Dataset entries:
↓↓↓

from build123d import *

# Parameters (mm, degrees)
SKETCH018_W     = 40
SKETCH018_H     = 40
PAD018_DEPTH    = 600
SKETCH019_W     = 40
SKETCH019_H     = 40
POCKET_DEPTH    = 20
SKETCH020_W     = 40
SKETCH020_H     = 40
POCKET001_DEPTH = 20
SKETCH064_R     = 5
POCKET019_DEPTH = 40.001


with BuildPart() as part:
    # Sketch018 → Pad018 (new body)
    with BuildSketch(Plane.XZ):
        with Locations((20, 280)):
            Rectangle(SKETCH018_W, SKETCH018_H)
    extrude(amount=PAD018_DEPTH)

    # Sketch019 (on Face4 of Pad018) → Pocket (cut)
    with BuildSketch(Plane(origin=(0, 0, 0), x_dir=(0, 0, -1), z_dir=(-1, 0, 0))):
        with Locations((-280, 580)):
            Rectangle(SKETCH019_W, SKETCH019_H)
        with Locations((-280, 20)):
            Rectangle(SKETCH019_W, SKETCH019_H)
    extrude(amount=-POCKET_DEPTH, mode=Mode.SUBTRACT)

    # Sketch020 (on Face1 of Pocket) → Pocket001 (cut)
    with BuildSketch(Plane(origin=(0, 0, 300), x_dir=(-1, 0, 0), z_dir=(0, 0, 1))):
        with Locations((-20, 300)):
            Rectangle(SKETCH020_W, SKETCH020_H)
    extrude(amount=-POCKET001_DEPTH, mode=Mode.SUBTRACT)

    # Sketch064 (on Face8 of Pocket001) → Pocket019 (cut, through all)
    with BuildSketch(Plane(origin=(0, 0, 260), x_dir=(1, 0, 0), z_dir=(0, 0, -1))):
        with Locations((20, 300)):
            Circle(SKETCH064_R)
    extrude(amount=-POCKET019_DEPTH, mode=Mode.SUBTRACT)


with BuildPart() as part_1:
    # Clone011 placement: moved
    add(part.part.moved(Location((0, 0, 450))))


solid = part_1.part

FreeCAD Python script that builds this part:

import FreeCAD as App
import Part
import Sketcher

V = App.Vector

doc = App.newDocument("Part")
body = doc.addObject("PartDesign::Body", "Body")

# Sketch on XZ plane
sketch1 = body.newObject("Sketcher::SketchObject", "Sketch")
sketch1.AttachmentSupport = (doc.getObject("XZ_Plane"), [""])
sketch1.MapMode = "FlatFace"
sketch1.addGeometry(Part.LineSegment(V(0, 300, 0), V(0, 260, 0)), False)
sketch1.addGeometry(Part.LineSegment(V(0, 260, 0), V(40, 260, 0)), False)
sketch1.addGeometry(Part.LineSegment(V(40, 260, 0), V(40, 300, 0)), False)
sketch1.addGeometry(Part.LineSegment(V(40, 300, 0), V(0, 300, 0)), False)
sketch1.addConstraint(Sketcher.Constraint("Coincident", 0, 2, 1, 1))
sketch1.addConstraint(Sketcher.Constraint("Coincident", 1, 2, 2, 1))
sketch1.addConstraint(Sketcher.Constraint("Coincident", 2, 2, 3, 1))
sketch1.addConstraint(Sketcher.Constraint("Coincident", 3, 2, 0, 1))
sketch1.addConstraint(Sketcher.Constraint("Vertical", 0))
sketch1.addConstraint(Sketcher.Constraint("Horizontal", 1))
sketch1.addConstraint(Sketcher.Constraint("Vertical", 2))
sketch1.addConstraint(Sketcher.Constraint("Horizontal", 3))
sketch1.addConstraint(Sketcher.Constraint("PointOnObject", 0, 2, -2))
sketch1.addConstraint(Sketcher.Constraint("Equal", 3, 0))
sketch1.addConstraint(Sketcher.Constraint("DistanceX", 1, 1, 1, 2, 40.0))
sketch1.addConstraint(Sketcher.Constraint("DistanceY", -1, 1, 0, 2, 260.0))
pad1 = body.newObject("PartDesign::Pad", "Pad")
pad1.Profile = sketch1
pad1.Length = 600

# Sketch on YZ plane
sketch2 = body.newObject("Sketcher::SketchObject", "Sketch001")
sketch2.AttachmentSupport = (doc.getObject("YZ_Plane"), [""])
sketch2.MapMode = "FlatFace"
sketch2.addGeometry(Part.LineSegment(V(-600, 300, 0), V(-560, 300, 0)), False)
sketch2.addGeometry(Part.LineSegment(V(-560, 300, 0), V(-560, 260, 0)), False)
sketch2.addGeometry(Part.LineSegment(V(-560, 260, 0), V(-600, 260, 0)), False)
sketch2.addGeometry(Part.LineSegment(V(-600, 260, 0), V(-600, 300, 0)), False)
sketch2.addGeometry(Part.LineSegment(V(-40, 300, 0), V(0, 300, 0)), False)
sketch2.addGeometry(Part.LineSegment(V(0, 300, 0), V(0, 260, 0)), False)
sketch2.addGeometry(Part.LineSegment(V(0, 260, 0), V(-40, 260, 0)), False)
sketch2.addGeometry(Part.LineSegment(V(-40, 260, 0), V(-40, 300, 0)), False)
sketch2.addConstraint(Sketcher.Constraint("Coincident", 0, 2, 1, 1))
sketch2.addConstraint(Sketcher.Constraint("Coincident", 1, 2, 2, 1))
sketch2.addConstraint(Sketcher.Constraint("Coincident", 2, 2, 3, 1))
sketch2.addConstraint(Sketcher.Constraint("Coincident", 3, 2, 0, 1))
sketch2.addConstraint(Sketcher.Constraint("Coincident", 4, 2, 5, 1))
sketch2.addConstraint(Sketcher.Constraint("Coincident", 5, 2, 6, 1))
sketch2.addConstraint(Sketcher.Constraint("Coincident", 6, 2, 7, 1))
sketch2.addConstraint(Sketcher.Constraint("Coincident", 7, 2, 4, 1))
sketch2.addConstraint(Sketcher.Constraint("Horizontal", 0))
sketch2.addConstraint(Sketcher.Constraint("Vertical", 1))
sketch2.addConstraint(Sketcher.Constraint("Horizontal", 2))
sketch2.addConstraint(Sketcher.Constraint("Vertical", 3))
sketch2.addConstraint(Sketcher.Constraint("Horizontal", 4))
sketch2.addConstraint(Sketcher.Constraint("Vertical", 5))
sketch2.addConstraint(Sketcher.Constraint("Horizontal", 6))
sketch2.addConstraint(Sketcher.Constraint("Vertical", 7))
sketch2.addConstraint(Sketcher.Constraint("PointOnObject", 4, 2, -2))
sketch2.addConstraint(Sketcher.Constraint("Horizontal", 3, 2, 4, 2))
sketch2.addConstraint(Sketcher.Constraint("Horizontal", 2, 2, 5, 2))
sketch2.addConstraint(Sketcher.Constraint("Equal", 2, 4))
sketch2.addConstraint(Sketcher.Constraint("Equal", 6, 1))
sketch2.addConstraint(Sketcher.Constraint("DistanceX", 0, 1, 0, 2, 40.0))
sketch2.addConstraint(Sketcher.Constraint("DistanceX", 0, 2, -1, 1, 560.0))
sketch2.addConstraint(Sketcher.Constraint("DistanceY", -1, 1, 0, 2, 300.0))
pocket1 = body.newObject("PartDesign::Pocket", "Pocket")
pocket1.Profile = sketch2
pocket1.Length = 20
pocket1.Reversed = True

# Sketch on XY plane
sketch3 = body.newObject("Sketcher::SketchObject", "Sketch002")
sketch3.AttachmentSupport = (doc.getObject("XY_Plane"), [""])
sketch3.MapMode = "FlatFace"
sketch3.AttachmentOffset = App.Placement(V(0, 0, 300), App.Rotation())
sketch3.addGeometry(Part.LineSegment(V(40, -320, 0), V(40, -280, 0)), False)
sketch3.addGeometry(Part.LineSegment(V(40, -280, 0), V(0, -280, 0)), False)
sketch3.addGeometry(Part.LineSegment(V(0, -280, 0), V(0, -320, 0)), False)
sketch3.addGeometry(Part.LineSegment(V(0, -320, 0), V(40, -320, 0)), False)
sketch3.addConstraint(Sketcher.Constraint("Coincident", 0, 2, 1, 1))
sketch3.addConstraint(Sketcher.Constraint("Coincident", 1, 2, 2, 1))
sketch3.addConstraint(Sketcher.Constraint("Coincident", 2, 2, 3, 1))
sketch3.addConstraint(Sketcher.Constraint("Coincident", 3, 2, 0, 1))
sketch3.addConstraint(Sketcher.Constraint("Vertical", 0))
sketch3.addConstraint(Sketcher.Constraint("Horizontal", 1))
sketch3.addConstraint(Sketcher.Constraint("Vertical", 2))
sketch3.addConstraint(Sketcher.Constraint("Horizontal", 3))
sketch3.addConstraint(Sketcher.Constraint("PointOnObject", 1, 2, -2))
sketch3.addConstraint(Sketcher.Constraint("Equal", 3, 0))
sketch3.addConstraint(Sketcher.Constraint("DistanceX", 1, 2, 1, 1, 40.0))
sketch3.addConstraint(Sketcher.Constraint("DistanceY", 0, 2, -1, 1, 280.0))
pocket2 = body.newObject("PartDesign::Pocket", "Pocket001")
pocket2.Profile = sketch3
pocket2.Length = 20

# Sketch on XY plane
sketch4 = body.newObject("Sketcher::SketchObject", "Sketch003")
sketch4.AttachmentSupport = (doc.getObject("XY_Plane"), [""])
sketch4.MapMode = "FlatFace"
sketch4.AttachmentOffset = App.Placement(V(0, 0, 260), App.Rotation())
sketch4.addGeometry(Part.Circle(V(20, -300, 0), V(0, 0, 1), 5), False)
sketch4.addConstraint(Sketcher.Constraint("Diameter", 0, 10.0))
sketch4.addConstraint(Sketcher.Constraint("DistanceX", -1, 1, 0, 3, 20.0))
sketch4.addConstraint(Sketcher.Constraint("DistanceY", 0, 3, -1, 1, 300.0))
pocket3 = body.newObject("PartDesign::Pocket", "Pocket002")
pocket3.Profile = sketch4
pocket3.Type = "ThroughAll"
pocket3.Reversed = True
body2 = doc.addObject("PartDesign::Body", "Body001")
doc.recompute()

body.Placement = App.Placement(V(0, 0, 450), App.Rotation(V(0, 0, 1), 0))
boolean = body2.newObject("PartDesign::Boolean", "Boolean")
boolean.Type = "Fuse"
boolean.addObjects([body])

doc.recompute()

↑↑↑
↓↓↓

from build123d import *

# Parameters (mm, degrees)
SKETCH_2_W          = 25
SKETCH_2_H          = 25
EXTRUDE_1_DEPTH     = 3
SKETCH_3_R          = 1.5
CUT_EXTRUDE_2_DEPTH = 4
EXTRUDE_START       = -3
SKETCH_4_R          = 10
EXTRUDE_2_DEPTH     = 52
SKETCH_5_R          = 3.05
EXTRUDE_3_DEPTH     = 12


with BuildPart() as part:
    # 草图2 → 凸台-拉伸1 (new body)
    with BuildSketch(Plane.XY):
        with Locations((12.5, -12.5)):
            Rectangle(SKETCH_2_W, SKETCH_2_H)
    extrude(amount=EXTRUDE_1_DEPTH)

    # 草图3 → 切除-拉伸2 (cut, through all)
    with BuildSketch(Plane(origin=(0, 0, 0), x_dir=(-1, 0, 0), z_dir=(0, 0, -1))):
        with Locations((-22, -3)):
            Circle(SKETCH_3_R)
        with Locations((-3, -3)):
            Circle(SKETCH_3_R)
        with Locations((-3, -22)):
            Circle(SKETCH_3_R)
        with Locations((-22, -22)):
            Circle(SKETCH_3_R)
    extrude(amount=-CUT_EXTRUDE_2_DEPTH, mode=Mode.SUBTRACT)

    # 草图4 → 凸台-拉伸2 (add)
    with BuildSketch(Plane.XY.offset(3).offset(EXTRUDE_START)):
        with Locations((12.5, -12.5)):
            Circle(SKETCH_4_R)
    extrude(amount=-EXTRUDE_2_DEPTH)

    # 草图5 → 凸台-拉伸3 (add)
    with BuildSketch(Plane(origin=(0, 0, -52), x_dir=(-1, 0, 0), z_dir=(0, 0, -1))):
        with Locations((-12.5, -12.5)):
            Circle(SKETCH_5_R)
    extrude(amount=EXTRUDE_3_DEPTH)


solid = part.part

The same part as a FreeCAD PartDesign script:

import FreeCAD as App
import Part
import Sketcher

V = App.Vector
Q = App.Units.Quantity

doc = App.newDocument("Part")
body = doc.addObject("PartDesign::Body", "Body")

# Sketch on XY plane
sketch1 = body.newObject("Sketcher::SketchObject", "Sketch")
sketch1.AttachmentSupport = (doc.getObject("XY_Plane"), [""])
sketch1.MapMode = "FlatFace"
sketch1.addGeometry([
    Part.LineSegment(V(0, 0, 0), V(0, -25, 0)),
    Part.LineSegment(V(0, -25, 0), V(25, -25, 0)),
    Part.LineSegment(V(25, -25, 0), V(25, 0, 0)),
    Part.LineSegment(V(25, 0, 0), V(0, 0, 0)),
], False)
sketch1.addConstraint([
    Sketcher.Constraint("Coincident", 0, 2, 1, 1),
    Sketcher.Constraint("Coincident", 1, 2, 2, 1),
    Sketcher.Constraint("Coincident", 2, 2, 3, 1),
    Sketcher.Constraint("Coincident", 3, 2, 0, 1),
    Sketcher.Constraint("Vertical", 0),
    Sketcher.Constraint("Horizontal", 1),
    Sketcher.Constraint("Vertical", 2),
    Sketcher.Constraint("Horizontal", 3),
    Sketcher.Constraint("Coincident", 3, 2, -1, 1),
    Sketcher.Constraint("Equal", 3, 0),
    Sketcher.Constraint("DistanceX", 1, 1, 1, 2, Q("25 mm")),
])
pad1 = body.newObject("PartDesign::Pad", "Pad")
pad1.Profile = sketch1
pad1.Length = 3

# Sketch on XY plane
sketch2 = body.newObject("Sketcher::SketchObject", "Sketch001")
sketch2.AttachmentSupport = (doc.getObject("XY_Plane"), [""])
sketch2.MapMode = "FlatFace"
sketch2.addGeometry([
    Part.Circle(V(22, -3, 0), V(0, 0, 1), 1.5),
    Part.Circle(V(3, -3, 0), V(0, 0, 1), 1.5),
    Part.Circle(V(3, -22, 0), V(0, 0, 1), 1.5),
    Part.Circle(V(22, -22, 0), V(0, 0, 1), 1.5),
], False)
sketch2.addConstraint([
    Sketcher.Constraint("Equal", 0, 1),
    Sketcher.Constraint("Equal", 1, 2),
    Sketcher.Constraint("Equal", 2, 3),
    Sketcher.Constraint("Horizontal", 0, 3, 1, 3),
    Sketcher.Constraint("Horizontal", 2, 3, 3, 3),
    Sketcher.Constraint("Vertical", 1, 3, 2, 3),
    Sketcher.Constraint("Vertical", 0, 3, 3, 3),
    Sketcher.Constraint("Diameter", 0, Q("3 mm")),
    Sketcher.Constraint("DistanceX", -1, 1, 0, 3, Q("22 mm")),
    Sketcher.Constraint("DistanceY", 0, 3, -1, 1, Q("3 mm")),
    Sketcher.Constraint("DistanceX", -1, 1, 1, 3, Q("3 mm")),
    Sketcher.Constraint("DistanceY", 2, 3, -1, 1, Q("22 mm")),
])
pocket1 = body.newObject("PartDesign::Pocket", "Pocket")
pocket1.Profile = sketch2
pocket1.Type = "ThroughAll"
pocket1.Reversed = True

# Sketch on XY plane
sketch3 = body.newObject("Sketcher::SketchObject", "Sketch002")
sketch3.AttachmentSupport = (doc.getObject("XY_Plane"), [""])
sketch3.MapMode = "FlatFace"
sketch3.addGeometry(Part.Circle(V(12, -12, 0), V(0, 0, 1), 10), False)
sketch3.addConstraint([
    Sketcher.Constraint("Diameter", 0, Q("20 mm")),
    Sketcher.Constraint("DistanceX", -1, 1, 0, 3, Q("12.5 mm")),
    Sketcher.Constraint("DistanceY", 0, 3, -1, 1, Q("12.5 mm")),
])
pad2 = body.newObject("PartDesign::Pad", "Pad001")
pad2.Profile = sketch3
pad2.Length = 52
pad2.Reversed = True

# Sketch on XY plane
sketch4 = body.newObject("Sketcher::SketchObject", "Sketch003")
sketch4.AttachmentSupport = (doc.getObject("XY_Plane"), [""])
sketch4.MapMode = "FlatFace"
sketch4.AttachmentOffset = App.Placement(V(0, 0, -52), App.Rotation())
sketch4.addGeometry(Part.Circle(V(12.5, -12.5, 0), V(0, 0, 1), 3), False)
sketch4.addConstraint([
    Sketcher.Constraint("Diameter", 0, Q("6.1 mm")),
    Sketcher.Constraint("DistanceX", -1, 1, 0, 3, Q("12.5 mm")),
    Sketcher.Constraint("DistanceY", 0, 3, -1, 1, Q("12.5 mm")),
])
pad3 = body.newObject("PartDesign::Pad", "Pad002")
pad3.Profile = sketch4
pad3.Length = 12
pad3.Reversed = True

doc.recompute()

↑↑↑

* **What you will do**: Read through the data and copy every line where "amount" shows up.

* **Solution for this exercise**:
    extrude(amount=PAD018_DEPTH)
    extrude(amount=-POCKET_DEPTH, mode=Mode.SUBTRACT)
    extrude(amount=-POCKET001_DEPTH, mode=Mode.SUBTRACT)
    extrude(amount=-POCKET019_DEPTH, mode=Mode.SUBTRACT)
    extrude(amount=EXTRUDE_1_DEPTH)
    extrude(amount=-CUT_EXTRUDE_2_DEPTH, mode=Mode.SUBTRACT)
    extrude(amount=-EXTRUDE_2_DEPTH)
    extrude(amount=EXTRUDE_3_DEPTH)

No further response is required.